Elizabeth Warren is running for the US Senate in Mass. and came by Casey’s Diner Monday at lunchtime, a stop among many.   Eventually the campaign will heat up as a lot of money is being raised, and the summer ends.

Ezra Klein of the Washington Post interviewed Elizabeth Warren this Monday as well. Here is part of the transcript with questions and answers regarding JP Morgan and Jamie Dimon from the wonky economic policy and regulatory angle:

EK: That gets us to the Volcker rule, which is what would keep banks that get that guarantee from gambling with customer money and a federal backstop. But at this point, I don’t think very many people — even people who follow this stuff quite closely — have a very specific sense of what the difference between a good and bad Volcker rule is. So how do you think about that?

EW: I’m going to reframe it slightly: Who profits from the complexity of the Volcker rule? It’s the largest financial institutions. No financial institutions want a simple Volcker rule. They want layers and layers of complexity because it’s in complexity that there are loopholes. That’s where it’s possible to back up regulators who are not quite certain about the ground they stand on. And it’s a larger problem with our regulatory structure: Complexity favors those who can hire armies of lobbyists and lawyers. The big push I made at the Consumer Financial Protection Bureau was simple rules. Simple mortgage documents. Simple credit card agreements. Because complexity creates too many opportunities for an army of lawyers to turn the rules upside down.

 EK: I agree that complexity is where lobbyists and lawyers work their dark magic. But when I talk to people in the industry about this, they say that simple rules sound great, but they’re not really possible. It’s hard to distinguish a hedge from a bet, or a speculative trade from a legitimate one. The world is complex, and that’s why regulators and politicians who don’t like Wall Street and don’t like being browbeaten by lobbyists end up allowing complex rules, too.

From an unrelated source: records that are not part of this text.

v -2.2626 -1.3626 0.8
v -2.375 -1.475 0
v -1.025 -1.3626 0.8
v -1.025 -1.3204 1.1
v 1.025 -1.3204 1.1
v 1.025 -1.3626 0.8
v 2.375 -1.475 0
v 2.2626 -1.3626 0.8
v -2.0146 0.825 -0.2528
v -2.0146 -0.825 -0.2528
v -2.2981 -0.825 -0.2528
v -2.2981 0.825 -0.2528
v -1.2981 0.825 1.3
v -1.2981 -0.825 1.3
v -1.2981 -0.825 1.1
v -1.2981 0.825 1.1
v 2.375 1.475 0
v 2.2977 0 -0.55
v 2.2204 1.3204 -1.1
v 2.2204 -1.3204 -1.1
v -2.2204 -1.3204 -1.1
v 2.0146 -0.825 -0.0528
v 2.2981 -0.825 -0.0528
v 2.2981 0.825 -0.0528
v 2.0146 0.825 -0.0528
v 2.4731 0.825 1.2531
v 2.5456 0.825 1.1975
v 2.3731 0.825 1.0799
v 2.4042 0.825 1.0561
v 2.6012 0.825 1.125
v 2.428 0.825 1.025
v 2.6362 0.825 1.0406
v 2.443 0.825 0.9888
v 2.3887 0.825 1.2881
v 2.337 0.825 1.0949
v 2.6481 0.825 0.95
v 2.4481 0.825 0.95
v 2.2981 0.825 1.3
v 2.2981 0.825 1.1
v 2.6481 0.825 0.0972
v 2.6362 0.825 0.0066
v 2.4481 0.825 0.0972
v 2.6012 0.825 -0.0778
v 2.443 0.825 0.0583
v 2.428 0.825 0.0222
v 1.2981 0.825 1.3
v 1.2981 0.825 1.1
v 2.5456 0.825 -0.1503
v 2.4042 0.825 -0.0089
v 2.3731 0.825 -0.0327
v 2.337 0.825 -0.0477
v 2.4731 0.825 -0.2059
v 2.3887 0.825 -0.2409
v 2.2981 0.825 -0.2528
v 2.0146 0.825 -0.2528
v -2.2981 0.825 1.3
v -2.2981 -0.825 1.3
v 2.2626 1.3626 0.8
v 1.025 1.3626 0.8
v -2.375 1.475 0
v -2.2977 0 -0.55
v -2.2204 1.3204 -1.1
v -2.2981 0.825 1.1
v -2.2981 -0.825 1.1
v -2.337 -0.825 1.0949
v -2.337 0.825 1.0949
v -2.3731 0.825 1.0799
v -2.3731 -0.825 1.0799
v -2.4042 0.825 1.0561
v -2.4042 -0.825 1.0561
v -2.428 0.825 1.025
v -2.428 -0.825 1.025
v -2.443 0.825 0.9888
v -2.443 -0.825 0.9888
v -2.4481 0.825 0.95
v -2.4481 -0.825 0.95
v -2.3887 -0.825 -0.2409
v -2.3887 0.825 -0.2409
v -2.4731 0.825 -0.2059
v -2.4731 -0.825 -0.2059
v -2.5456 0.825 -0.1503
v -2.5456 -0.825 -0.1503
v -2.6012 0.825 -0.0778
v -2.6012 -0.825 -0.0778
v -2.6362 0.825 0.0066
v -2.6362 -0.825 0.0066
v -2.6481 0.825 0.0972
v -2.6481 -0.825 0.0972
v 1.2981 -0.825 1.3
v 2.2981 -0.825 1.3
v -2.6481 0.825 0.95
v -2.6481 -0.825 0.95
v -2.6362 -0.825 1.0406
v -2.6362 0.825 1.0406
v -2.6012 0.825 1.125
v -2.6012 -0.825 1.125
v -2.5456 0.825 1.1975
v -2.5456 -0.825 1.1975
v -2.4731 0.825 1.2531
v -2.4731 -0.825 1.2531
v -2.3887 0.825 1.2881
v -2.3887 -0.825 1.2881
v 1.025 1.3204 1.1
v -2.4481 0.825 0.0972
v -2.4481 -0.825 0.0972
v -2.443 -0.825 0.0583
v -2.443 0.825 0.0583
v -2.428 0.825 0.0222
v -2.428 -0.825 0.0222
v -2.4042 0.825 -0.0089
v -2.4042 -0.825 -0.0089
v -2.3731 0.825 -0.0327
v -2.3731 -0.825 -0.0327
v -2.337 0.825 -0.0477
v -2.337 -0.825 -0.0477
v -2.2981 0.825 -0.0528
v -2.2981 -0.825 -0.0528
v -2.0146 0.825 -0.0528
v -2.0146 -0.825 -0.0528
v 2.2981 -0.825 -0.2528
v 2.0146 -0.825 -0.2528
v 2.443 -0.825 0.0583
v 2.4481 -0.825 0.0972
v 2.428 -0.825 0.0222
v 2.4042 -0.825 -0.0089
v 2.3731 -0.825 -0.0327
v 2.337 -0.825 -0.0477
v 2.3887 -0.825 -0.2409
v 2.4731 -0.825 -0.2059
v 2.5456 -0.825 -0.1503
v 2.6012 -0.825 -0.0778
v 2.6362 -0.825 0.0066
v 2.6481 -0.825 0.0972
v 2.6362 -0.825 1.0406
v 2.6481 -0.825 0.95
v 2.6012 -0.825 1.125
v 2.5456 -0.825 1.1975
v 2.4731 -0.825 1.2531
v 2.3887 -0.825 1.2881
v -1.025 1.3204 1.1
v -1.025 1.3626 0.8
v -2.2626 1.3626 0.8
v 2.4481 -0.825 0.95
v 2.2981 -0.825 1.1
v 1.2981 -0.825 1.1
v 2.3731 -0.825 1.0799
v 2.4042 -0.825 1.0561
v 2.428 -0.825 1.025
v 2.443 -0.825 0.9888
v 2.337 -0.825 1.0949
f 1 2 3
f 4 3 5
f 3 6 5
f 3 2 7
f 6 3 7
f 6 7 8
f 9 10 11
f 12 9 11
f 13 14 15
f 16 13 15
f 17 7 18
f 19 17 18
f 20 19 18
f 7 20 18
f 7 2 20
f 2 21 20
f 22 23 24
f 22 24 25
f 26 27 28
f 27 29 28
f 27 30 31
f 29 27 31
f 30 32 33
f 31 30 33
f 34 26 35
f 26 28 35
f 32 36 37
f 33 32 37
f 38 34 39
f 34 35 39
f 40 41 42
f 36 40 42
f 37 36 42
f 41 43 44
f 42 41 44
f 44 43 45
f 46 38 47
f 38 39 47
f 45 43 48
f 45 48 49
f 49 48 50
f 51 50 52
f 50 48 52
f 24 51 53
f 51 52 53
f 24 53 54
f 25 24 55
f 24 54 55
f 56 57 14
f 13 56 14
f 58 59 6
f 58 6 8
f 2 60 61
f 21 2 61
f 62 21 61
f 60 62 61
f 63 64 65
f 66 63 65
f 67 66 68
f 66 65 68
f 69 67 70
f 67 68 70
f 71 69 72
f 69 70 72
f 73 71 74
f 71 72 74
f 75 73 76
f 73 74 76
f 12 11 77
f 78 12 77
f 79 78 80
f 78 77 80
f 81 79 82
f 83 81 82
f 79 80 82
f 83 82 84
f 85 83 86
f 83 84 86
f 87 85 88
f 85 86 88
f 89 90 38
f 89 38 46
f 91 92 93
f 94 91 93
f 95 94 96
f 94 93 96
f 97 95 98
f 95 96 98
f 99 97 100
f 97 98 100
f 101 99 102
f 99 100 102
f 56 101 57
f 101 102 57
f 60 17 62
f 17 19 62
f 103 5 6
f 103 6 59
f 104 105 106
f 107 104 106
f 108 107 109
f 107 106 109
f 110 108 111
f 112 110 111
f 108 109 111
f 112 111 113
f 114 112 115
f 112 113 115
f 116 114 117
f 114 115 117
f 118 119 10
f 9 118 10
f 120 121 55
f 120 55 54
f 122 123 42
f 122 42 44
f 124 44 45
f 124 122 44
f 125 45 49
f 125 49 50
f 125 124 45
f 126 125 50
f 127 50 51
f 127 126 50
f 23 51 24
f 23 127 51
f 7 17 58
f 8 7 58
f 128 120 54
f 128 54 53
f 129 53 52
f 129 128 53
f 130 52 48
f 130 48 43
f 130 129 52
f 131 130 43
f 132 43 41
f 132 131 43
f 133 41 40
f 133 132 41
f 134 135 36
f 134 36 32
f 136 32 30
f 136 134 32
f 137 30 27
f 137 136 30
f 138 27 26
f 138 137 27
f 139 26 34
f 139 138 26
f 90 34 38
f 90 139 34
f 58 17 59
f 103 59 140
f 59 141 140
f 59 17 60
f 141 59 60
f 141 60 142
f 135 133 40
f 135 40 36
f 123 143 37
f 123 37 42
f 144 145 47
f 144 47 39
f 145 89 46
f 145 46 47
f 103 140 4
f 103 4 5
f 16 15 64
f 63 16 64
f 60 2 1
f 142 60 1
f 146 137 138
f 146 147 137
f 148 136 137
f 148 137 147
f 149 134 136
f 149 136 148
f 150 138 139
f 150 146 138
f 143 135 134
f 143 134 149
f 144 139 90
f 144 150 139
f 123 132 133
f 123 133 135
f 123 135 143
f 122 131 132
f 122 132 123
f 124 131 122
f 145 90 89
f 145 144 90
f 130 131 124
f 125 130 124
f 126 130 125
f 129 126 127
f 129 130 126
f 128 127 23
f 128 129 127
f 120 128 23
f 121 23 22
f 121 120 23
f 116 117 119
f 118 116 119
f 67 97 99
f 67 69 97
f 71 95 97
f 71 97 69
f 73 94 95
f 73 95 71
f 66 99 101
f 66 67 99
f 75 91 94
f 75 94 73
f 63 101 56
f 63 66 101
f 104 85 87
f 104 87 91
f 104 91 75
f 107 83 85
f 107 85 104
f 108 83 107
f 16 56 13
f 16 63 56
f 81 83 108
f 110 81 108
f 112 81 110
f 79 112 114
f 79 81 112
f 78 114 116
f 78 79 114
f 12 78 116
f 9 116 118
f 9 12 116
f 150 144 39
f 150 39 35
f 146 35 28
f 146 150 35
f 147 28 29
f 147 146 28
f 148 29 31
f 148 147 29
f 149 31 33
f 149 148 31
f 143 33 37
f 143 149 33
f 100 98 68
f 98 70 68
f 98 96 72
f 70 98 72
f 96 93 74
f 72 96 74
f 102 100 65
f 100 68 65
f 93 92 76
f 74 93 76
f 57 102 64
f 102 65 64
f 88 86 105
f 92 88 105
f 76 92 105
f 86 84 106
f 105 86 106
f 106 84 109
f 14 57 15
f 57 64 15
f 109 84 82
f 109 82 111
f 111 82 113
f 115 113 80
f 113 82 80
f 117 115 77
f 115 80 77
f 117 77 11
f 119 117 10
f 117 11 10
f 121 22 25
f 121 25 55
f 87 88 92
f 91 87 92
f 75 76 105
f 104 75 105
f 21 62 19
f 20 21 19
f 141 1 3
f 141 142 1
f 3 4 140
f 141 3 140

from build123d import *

# Parameters (mm, degrees)
SKETCH1_W                     = 4.75
SKETCH1_H                     = 2.95
BOSS_EXTRUDE1_DEPTH           = 1.1
BOSS_EXTRUDE1_TAPER           = 8
BOSS_EXTRUDE1_OTHER_WAY_DEPTH = 1.1
BOSS_EXTRUDE1_OTHER_WAY_TAPER = 8
SKETCH3_W                     = 1.787084683
SKETCH3_H                     = 3.398135214
SKETCH3_W_2                   = 1.719767091
CUT_EXTRUDE2_DEPTH            = 0.3
BASE_FLANGE1_DEPTH            = 0.825
BASE_FLANGE1_DEPTH_BACK       = 0.825


# Sheet-metal steps are written as plain solids
with BuildPart() as part:
    # Sketch1 → Boss-Extrude1 (new body)
    with BuildSketch(Plane.XY):
        Rectangle(SKETCH1_W, SKETCH1_H)
    extrude(amount=BOSS_EXTRUDE1_DEPTH, taper=BOSS_EXTRUDE1_TAPER)

    # Sketch1 → Boss-Extrude1 other way (add)
    with BuildSketch(Plane.XY):
        Rectangle(SKETCH1_W, SKETCH1_H)
    extrude(amount=-BOSS_EXTRUDE1_OTHER_WAY_DEPTH, taper=BOSS_EXTRUDE1_OTHER_WAY_TAPER)

    # Sketch3 → Cut-Extrude2 (cut)
    with BuildSketch(Plane.XY.offset(1.1)):
        with Locations((1.918542342, 0.018295727)):
            Rectangle(SKETCH3_W, SKETCH3_H)
        with Locations((-1.884883546, 0.018295727)):
            Rectangle(SKETCH3_W_2, SKETCH3_H)
    extrude(amount=-CUT_EXTRUDE2_DEPTH, mode=Mode.SUBTRACT)


with BuildPart() as body_2:
    # Sketch4 → Base-Flange1 (new, two sides: drawn at the far end of the back side and taken through both)
    with BuildSketch(Plane(origin=(0, 0, 0), x_dir=(1, 0, 0), z_dir=(0, 1, 0)).offset(-BASE_FLANGE1_DEPTH_BACK)):
        with BuildLine():
            Line((2.014642842, 0.252838218), (2.298133825, 0.252838218))
            ThreePointArc((2.298133825, 0.252838218), (2.545621198, 0.150325591), (2.648133825, -0.097161782))
            Line((2.648133825, -0.097161782), (2.648133825, -0.95))
            ThreePointArc((2.648133825, -0.95), (2.545621198, -1.197487373), (2.298133825, -1.3))
            Line((2.298133825, -1.3), (1.298133825, -1.3))
            Line((1.298133825, -1.3), (1.298133825, -1.1))
            Line((1.298133825, -1.1), (2.298133825, -1.1))
            ThreePointArc((2.298133825, -1.1), (2.404199842, -1.056066017), (2.448133825, -0.95))
            Line((2.448133825, -0.95), (2.448133825, -0.097161782))
            ThreePointArc((2.448133825, -0.097161782), (2.404199842, 0.008904235), (2.298133825, 0.052838218))
            Line((2.298133825, 0.052838218), (2.014642842, 0.052838218))
            Line((2.014642842, 0.052838218), (2.014642842, 0.252838218))
        make_face()
    extrude(amount=BASE_FLANGE1_DEPTH + BASE_FLANGE1_DEPTH_BACK)


with BuildPart() as body_3:
    # Mirror1: mirrored copy
    add(body_2.part.mirror(Plane.ZY))


solid = Compound([part.part, body_2.part, body_3.part])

EW: Here’s another way to look at what you just described: That’s the strongest argument for a modern Glass-Steagall. Glass-Steagall said in effect that hedge funds should be separated from commercial banking. If a big institution wants to go out and play in the market, that’s fine. But it doesn’t get the backup of the federal government. If it’s too complicated to implement the Volcker rule, do you say we give up and let the largest financial institutions do what they want? Or do you say maybe that’s the reason we need a modern Glass-Steagall?

EK: What about breaking up the big banks?

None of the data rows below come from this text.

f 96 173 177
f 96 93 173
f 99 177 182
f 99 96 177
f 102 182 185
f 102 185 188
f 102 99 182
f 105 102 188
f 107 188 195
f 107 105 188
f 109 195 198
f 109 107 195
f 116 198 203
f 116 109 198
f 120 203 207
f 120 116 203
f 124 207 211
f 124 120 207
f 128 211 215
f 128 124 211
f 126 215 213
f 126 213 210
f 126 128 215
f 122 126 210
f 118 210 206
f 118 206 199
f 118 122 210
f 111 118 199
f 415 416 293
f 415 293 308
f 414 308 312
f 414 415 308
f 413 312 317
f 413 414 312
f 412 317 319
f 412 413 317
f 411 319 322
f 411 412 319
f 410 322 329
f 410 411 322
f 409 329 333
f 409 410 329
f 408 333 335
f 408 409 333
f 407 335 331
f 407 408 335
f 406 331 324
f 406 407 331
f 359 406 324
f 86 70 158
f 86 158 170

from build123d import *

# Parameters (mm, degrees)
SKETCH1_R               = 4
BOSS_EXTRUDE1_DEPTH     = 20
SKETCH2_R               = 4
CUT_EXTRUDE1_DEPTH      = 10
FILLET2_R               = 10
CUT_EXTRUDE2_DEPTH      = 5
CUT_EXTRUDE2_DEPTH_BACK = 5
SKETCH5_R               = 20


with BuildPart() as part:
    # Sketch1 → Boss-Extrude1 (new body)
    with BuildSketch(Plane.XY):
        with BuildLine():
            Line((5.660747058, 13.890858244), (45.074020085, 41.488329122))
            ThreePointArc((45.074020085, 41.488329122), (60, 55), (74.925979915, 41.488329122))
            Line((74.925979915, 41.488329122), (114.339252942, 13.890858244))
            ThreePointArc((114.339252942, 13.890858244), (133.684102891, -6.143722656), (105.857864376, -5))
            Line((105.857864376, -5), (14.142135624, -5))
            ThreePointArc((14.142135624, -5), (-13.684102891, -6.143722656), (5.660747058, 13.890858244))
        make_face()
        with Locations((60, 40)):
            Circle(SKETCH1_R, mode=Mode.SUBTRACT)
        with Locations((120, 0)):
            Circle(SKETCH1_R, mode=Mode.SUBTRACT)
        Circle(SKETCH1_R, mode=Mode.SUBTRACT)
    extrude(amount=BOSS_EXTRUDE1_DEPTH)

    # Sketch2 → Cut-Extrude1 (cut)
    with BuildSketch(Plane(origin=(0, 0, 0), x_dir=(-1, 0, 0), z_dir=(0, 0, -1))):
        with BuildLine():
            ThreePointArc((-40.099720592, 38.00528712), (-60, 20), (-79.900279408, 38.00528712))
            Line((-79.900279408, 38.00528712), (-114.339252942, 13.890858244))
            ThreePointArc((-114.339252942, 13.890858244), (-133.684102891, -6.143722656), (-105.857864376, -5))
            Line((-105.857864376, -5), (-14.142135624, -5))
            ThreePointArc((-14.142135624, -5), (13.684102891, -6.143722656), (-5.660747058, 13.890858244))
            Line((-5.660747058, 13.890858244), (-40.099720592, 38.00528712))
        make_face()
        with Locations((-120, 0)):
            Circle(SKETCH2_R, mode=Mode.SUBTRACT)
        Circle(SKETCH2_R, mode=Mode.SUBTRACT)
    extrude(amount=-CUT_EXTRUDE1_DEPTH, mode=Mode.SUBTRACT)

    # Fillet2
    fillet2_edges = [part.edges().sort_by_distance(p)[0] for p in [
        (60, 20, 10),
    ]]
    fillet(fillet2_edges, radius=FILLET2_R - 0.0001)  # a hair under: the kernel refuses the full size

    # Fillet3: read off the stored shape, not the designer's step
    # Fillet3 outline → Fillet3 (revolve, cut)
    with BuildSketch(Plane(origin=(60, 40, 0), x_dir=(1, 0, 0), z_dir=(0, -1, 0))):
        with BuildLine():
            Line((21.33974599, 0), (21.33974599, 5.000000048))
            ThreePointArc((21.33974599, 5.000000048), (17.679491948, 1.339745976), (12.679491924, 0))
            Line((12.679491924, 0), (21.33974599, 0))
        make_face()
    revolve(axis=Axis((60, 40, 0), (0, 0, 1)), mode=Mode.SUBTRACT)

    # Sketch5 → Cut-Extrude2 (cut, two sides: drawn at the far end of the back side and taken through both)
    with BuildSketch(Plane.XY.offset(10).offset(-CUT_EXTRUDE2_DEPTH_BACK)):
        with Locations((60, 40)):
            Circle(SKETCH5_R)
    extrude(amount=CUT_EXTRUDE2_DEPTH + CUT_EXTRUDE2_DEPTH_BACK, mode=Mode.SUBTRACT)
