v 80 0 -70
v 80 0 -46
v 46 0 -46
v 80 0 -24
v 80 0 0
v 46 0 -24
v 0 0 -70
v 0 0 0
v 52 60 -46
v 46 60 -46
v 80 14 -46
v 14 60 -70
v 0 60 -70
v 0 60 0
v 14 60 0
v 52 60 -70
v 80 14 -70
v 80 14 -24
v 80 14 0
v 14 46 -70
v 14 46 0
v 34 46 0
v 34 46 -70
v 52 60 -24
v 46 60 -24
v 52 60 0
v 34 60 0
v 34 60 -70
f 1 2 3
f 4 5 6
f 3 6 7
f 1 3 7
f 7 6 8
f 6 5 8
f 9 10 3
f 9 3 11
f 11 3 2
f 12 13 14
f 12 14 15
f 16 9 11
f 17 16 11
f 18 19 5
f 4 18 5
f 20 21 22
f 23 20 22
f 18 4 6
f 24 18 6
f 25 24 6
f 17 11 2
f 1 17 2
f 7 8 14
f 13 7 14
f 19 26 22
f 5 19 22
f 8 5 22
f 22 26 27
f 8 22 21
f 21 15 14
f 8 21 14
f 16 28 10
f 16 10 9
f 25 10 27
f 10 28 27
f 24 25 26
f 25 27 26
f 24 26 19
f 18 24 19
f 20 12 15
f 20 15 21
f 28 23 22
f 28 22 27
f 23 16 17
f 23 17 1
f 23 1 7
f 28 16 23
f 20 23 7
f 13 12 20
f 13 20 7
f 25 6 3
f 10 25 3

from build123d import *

# Parameters (mm, degrees)
Y_KSEKLIK_EKSTR_ZYON1_DEPTH = 70
IZIM2_OUTSIDE_W             = 106.414
IZIM2_OUTSIDE_H             = 96.414
KES_EKSTR_ZYON3_DEPTH       = 60


with BuildPart() as part:
    # Çizim1 → Yükseklik-Ekstrüzyon1 (new body)
    with BuildSketch(Plane.XY):
        Polygon((0, 0), (0, 60), (14, 60), (14, 46), (34, 46), (34, 60), (52, 60), (80, 14), (80, 0), align=None)
    extrude(amount=-Y_KSEKLIK_EKSTR_ZYON1_DEPTH)

    # Çizim2 outside → Kes-Ekstrüzyon3 (cut)
    with BuildSketch(Plane(origin=(0, 0, 0), x_dir=(1, 0, 0), z_dir=(0, 1, 0))):
        with Locations((40, 35)):
            Rectangle(IZIM2_OUTSIDE_W, IZIM2_OUTSIDE_H)
        Polygon((80, 70), (46, 70), (0, 70), (0, 0), (80, 0), (80, 24), (46, 24), (46, 46), (80, 46), align=None, mode=Mode.SUBTRACT)
    extrude(amount=KES_EKSTR_ZYON3_DEPTH, mode=Mode.SUBTRACT)


solid = part.part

EW: You’re approaching risk from two different directions. One is the risk of the activity. That’s the Volcker rule. The other direction is to say risk is an assumption of size. Community banks shouldn’t have to deal with complex regulatory oversight, but the largest institutions should be subject to far more aggressive oversight and have to pay more for the protections they receive from the American taxpayer. Then shareholders may decide to invest in institutions that are not so large.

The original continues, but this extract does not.